2. The torque motor type elevator as claimed in claim 1, wherein the torque motor has an annular stator base, a plurality of coils, a rotor shaft and a plurality of magnetic poles, in a center of the annular stator base is defined a space for accommodation of the rotor shaft, the coils are wound in an inner wall of the annular stator base, around an outer periphery of the rotor shaft is annularly arranged the plurality of magnetic poles, the rotor shaft is pivotally fixed in the annular stator base, and the magnetic poles are rotated by the electromagnetic force of the coils.

3. The torque motor type elevator as claimed in claim 1, wherein the elevator further including a coupling mounted on one end of the rotor shaft of the torque motor, and one end of the load screw is connected to the coupling and is moved along with the rotor shaft of the torque motor.

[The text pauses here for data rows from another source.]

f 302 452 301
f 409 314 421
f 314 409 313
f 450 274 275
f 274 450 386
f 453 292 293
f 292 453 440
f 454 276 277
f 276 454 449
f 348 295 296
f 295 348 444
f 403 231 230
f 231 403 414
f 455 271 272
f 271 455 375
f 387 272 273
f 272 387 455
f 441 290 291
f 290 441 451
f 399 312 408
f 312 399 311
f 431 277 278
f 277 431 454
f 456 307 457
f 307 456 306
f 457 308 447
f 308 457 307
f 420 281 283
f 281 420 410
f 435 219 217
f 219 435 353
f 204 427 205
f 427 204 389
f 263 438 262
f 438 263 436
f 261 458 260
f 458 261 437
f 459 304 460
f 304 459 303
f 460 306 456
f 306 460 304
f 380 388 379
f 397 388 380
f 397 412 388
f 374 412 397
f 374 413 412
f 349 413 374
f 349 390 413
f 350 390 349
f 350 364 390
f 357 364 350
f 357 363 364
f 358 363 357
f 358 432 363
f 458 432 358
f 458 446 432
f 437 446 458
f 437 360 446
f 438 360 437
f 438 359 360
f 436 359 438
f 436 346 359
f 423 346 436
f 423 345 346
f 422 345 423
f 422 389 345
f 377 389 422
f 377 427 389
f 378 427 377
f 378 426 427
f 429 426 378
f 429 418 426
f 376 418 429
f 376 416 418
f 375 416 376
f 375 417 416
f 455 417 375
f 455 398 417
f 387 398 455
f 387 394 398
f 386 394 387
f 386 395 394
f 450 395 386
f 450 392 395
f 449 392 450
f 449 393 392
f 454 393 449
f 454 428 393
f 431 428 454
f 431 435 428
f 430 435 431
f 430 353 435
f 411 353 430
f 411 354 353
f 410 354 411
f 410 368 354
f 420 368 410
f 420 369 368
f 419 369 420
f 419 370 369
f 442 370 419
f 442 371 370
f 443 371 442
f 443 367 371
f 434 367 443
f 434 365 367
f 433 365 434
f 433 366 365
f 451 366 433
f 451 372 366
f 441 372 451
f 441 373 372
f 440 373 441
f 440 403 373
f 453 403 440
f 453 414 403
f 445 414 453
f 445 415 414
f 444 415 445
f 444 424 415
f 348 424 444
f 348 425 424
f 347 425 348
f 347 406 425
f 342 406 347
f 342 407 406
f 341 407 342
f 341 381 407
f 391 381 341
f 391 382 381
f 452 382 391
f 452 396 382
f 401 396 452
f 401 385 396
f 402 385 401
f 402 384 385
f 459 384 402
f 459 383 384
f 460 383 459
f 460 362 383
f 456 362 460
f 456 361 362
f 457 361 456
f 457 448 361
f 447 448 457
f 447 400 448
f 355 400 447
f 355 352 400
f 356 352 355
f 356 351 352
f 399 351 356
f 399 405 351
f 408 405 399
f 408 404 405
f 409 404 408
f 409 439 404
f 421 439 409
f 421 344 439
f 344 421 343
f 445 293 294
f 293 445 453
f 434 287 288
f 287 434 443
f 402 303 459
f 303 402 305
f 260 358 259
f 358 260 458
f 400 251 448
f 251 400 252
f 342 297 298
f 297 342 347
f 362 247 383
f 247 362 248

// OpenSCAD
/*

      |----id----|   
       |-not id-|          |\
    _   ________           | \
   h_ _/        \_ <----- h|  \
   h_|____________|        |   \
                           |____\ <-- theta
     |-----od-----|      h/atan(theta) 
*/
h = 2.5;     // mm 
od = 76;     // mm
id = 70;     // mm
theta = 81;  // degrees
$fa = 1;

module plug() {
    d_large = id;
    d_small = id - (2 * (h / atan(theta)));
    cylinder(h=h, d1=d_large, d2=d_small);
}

4. The torque motor type elevator as claimed in claim 1, wherein the sliding nut is also fixed to the connecting member, and the connecting member includes bearings, so as to permit the elevator car to move up and down and not to rotate along with the ball screw.

5. The torque motor type elevator as claimed in claim 1, wherein the load nut of the ball screw is fixed to the sliding nut directly.

6. The torque motor type elevator as claimed in claim 1, wherein the elevator car is fixed to the load nut of the ball screw and the sliding nut respectively by different connecting members.